Nun bekomme ich seit einiger Zeit Informationen zugesandt, die beinhalten, das Christen sich in Jerusalem sammeln müssen/sollen, um genau dort, wo der Christus gekreuzigt wurde, WEGEN DER SÜNDEN DER VÄTER, und der Sünden der ganzen Welt, nochmals und nochmals Busse getan werden muss damit Gott uns vergibt.

GOTT sagte schon vor 2000 Jahren, BUSSE führt zu Christus und zum Ewigen Leben und nicht zu Israel! Ich habe mehr als 20 Jahre meines Lebens damit zubringen dürfen zu dem jüdischen Volk stehen zu können, aber erst vor einigen Jahren wurde mir deutlich und klar durch Gottes Wort im Buch der Offenbarung, seit der Kreuzigung des Jesus Christus, hat GOTT selbst das damalige Volk dem Heidentum übergeben! Sie hatten gemeinsame Sache mit den Römern gemacht um den Messias zu töten und wer seinen Messias verwirft ist von Gott aus gesehen, kein messianisches Volk mehr.

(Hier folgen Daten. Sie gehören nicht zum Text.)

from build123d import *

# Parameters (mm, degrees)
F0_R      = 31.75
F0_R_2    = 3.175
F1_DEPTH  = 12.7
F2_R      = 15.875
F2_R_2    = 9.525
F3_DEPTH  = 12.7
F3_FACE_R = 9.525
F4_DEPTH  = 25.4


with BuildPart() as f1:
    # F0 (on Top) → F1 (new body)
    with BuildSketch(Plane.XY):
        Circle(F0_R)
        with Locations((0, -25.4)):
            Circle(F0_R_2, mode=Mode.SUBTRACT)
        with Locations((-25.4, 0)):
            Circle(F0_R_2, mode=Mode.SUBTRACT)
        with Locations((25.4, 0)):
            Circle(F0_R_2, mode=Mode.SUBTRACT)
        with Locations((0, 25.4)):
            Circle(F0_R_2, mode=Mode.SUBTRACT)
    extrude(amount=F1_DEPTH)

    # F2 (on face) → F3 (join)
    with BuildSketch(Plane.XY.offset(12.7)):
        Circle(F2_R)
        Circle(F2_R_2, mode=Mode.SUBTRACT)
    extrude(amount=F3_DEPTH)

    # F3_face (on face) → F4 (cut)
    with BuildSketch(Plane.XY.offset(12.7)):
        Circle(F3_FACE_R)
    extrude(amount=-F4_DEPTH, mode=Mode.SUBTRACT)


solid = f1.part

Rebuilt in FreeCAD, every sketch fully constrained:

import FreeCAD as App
import Part
import Sketcher
from FreeCAD import Vector
Q = App.Units.Quantity

doc = App.newDocument("Part")
body = doc.addObject("PartDesign::Body", "Body")

sketch1 = body.newObject("Sketcher::SketchObject", "Sketch")
sketch1.AttachmentSupport = (doc.getObject("XY_Plane"), [""])
sketch1.MapMode = "FlatFace"
sketch1.addGeometry(Part.Circle(Vector(0, 0, 0), Vector(0, 0, 1), 31.8), False)
sketch1.addGeometry(Part.Circle(Vector(0, -25.4, 0), Vector(0, 0, 1), 3.2), False)
sketch1.addGeometry(Part.Circle(Vector(-25.4, 0, 0), Vector(0, 0, 1), 3.2), False)
sketch1.addGeometry(Part.Circle(Vector(25.4, 0, 0), Vector(0, 0, 1), 3.2), False)
sketch1.addGeometry(Part.Circle(Vector(0, 25.4, 0), Vector(0, 0, 1), 3.2), False)
sketch1.addConstraint(Sketcher.Constraint("Coincident", 0, 3, -1, 1))
sketch1.addConstraint(Sketcher.Constraint("Equal", 1, 2))
sketch1.addConstraint(Sketcher.Constraint("Equal", 2, 3))
sketch1.addConstraint(Sketcher.Constraint("Equal", 3, 4))
sketch1.addConstraint(Sketcher.Constraint("Symmetric", 2, 3, 3, 3, -1, 1))
sketch1.addConstraint(Sketcher.Constraint("Symmetric", 1, 3, 4, 3, -1, 1))
sketch1.addConstraint(Sketcher.Constraint("PointOnObject", 1, 3, -2))
sketch1.addConstraint(Sketcher.Constraint("PointOnObject", 2, 3, -1))
sketch1.addConstraint(Sketcher.Constraint("Diameter", 0, Q("2.5 in")))
sketch1.addConstraint(Sketcher.Constraint("Diameter", 1, Q("0.25 in")))
sketch1.addConstraint(Sketcher.Constraint("DistanceY", 1, 3, -1, 1, Q("1 in")))
sketch1.addConstraint(Sketcher.Constraint("DistanceX", 2, 3, -1, 1, Q("1 in")))
pad1 = body.newObject("PartDesign::Pad", "Pad")
pad1.Profile = sketch1
pad1.Length = Q("0.5 in")

sketch2 = body.newObject("Sketcher::SketchObject", "Sketch001")
sketch2.AttachmentSupport = (doc.getObject("XY_Plane"), [""])
sketch2.MapMode = "FlatFace"
sketch2.AttachmentOffset = App.Placement(Vector(0, 0, 0.5 * 25.4), App.Rotation())
sketch2.addGeometry(Part.Circle(Vector(0, 0, 0), Vector(0, 0, 1), 16), False)
sketch2.addGeometry(Part.Circle(Vector(0, 0, 0), Vector(0, 0, 1), 10), False)
sketch2.addConstraint(Sketcher.Constraint("Coincident", 0, 3, -1, 1))
sketch2.addConstraint(Sketcher.Constraint("Coincident", 1, 3, -1, 1))
sketch2.addConstraint(Sketcher.Constraint("Diameter", 0, Q("1.25 in")))
sketch2.addConstraint(Sketcher.Constraint("Diameter", 1, Q("0.75 in")))
pad2 = body.newObject("PartDesign::Pad", "Pad001")
pad2.Profile = sketch2
pad2.Length = Q("0.5 in")

sketch3 = body.newObject("Sketcher::SketchObject", "Sketch002")
sketch3.AttachmentSupport = (doc.getObject("XY_Plane"), [""])
sketch3.MapMode = "FlatFace"
sketch3.AttachmentOffset = App.Placement(Vector(0, 0, 0.5 * 25.4), App.Rotation())
sketch3.addGeometry(Part.Circle(Vector(0, 0, 0), Vector(0, 0, 1), 10), False)
sketch3.addConstraint(Sketcher.Constraint("Coincident", 0, 3, -1, 1))
sketch3.addConstraint(Sketcher.Constraint("Diameter", 0, Q("0.75 in")))
pocket1 = body.newObject("PartDesign::Pocket", "Pocket")
pocket1.Profile = sketch3
pocket1.Length = Q("1 in")

doc.recompute()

ABER jeder, der zu diesem CHRISTUS sich hinwendet und sein Leben IHM anvertraut gehört zu diesem „auserwählten Volk des Messias“! Somit ist die Theologie der Marienschwestern, die sie schon seit mehr als 70 Jahren lehren und verbreiten, eine Lehre die in die Irre führt! Und davon muss man sich komplett lösen, denn sie führt ins „Verderben“, das kann ich bestätigen!

Um auf diese Versammlung nochmals einzugehen wie sie hier unten aufgezeigt wird, es ist ein Diebstahl am Volk die noch heute trauern um den zerstörten Tempel, wenn sie ihnen nicht den WAHREN TEMPEL GOTTES, predigen! Ja, sie machen sich schuldig an jedem der im nächsten Krieg umkommt und NICHTS erkennen durfte von dem Tempel GOTTES, dem Messias Israels,  der selbst der WAHRE ISRAEL IST!

Fortsetzung folgt bald

 

Nach meiner langen Zeit als Christin in dieser Bewegung, malte ich ein Bild um aufzuzeigen, DAS KREUZ von Golgatha ist die ERLÖSUNG für alle Menschen. Viele Jahre flogen und fuhren wir in alle Lager in Polen. Wir schwiegen auch nicht. Wir riefen auf zu Gebet. Wir führten Konferenzen durch. DOCH am Ende zeigte mir Gott, das KREUZ steht seit mehr als 2000 Jahren  und das, muß man ergreifen! Wir wollten auch jüdisch sein, jüdischer als der Messias der die SÜNDE DER WELT TRUG und der Sohn Gottes ist. Paulus sagt klar :

25Die Beschneidung ist wohl nütz, wenn du das Gesetz hältst; hältst du das Gesetz aber nicht, so bist du aus einem Beschnittenen schon ein Unbeschnittener geworden. 26So nun der Unbeschnittene das Gesetz hält, meinst du nicht, daß da der Unbeschnittene werde für einen Beschnittenen gerechnet? 27Und wird also, der von Natur unbeschnitten ist und das Gesetz vollbringt, dich richten, der du unter dem Buchstaben und der Beschneidung bist und das Gesetz übertrittst. 28Denn das ist nicht ein Jude, der auswendig ein Jude ist, auch ist das nicht eine Beschneidung, die auswendig am Fleisch geschieht; 29sondern das ist ein Jude, der’s inwendig verborgen ist, und die Beschneidung des Herzens ist eine Beschneidung, die im Geist und nicht im Buchstaben geschieht. Eines solchen Lob ist nicht aus Menschen, sondern aus Gott.